** PROVIDED DATA follows **

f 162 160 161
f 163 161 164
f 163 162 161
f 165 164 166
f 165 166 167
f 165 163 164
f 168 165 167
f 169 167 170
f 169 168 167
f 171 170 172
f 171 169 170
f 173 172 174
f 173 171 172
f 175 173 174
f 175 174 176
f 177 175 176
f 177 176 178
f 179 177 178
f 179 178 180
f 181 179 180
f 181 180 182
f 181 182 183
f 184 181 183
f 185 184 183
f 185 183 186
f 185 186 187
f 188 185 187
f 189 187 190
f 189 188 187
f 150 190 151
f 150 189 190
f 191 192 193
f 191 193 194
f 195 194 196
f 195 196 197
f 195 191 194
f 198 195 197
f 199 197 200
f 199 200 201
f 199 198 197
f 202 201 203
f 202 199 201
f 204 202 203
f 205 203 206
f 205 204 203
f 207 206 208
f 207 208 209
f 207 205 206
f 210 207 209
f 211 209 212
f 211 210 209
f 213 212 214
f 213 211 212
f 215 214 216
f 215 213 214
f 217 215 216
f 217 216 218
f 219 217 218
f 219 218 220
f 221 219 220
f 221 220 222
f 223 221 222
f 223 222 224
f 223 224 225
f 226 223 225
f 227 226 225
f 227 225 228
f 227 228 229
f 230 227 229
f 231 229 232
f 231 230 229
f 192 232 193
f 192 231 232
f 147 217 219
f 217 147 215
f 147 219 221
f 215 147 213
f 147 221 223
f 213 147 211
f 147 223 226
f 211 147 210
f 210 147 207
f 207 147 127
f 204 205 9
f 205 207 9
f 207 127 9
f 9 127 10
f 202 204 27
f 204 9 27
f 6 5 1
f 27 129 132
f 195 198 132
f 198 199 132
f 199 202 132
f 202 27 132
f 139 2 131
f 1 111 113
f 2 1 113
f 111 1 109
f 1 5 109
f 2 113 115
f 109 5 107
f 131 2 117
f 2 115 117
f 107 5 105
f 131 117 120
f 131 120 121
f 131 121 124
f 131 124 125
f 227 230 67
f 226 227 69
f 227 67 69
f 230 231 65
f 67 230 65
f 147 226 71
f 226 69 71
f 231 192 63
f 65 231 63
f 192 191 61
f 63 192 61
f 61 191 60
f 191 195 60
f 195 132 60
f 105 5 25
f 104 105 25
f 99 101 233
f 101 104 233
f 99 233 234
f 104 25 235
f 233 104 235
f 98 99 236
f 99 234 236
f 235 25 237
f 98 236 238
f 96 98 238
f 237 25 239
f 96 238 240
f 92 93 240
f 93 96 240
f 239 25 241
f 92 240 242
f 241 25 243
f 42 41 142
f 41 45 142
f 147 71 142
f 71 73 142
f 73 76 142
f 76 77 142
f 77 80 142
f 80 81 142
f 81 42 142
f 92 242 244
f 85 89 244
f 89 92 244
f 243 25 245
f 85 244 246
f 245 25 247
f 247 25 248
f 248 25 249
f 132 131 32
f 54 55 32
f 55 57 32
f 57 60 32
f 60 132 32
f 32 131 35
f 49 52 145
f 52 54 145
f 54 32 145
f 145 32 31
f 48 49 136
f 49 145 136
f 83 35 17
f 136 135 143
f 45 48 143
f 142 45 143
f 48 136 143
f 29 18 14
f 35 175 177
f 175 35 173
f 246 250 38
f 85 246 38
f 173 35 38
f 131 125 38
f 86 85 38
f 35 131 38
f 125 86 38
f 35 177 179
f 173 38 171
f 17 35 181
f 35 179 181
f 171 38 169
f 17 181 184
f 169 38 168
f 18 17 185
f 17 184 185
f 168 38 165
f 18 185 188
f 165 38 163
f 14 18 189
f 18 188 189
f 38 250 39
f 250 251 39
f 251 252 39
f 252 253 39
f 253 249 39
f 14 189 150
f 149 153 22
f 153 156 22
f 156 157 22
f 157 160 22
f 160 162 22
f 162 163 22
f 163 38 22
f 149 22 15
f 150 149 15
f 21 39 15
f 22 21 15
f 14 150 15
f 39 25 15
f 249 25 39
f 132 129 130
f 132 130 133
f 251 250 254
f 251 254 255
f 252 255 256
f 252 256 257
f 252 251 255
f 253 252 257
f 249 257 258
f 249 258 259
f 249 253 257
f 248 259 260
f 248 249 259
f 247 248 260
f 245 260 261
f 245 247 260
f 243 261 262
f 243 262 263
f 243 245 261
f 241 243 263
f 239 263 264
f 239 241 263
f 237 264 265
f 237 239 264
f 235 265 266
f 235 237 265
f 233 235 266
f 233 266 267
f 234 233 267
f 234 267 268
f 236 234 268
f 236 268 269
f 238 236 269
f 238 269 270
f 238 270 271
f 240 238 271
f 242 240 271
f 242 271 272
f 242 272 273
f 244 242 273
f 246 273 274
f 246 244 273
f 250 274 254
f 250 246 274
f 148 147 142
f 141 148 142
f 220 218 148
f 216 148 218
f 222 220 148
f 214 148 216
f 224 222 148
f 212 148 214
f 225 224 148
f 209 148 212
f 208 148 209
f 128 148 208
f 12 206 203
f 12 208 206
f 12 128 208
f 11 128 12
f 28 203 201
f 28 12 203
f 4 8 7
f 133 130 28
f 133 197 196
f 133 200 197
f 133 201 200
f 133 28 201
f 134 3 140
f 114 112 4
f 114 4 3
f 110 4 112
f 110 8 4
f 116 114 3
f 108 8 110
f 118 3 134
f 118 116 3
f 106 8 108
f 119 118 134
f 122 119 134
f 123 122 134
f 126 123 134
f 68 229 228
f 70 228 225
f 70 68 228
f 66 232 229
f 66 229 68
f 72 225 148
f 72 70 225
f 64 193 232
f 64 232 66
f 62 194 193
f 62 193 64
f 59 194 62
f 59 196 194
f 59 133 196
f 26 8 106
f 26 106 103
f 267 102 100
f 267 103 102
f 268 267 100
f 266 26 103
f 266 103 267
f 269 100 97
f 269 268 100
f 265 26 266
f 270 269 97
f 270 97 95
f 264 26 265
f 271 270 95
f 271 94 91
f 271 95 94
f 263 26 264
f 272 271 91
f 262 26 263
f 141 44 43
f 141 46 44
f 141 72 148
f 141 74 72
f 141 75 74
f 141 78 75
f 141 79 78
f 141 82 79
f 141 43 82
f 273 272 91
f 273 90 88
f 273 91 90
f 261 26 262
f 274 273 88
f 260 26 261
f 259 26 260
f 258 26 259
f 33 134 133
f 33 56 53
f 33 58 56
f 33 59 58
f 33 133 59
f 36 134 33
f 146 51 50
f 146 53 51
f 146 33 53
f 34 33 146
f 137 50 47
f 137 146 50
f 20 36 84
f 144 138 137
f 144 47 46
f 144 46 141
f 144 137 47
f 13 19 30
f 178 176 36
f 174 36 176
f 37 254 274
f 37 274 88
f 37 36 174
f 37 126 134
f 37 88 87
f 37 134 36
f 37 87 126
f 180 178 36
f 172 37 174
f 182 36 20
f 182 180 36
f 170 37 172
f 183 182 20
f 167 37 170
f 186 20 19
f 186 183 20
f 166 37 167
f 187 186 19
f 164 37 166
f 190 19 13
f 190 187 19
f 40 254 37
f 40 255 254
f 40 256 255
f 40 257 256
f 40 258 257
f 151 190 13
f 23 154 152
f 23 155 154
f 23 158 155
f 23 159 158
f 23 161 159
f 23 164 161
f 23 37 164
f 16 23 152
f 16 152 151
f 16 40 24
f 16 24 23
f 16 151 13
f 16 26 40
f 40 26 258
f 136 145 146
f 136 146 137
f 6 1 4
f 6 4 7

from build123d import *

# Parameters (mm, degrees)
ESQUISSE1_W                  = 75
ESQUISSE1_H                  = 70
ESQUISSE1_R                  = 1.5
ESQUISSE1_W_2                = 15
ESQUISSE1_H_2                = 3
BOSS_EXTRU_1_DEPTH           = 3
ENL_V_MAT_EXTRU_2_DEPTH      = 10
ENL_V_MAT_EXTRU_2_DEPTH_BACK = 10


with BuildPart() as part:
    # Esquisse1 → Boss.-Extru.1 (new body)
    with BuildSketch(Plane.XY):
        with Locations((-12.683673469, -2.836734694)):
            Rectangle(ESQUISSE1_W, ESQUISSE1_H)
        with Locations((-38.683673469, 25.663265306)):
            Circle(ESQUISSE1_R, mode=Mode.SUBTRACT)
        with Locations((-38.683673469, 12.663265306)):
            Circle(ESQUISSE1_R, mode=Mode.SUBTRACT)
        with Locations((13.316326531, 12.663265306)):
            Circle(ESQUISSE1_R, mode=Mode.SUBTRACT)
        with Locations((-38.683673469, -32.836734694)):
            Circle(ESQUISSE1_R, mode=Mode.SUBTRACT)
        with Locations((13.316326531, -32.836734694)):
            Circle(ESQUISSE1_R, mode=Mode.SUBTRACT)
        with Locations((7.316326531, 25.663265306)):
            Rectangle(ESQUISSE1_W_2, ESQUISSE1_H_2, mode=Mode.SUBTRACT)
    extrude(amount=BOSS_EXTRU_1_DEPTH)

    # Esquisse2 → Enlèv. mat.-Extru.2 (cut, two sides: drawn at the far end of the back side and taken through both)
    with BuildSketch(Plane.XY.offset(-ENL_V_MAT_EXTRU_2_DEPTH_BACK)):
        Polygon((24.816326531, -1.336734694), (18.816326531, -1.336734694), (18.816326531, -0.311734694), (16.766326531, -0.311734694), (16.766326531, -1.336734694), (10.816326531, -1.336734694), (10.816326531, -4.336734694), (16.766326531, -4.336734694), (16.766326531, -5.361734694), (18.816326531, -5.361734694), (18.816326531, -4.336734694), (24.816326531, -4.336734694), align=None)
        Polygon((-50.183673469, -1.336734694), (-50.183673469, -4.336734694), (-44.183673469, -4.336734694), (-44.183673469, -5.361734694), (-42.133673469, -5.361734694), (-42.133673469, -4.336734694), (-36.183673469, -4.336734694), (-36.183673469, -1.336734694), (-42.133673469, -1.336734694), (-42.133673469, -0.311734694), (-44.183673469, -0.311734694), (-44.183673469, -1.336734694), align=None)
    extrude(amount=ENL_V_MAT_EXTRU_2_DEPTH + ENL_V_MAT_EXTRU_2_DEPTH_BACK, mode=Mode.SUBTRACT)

** End of PROVIDED DATA **

▸ **WHAT IS REQUIRED**: Counting the line that contains "# Esquisse2 →" as the first, copy exactly every line through the end of the records, and nothing else.

▸ **COMPLETED EXERCISE**:
    # Esquisse2 → Enlèv. mat.-Extru.2 (cut, two sides: drawn at the far end of the back side and taken through both)
    with BuildSketch(Plane.XY.offset(-ENL_V_MAT_EXTRU_2_DEPTH_BACK)):
        Polygon((24.816326531, -1.336734694), (18.816326531, -1.336734694), (18.816326531, -0.311734694), (16.766326531, -0.311734694), (16.766326531, -1.336734694), (10.816326531, -1.336734694), (10.816326531, -4.336734694), (16.766326531, -4.336734694), (16.766326531, -5.361734694), (18.816326531, -5.361734694), (18.816326531, -4.336734694), (24.816326531, -4.336734694), align=None)
        Polygon((-50.183673469, -1.336734694), (-50.183673469, -4.336734694), (-44.183673469, -4.336734694), (-44.183673469, -5.361734694), (-42.133673469, -5.361734694), (-42.133673469, -4.336734694), (-36.183673469, -4.336734694), (-36.183673469, -1.336734694), (-42.133673469, -1.336734694), (-42.133673469, -0.311734694), (-44.183673469, -0.311734694), (-44.183673469, -1.336734694), align=None)
    extrude(amount=ENL_V_MAT_EXTRU_2_DEPTH + ENL_V_MAT_EXTRU_2_DEPTH_BACK, mode=Mode.SUBTRACT)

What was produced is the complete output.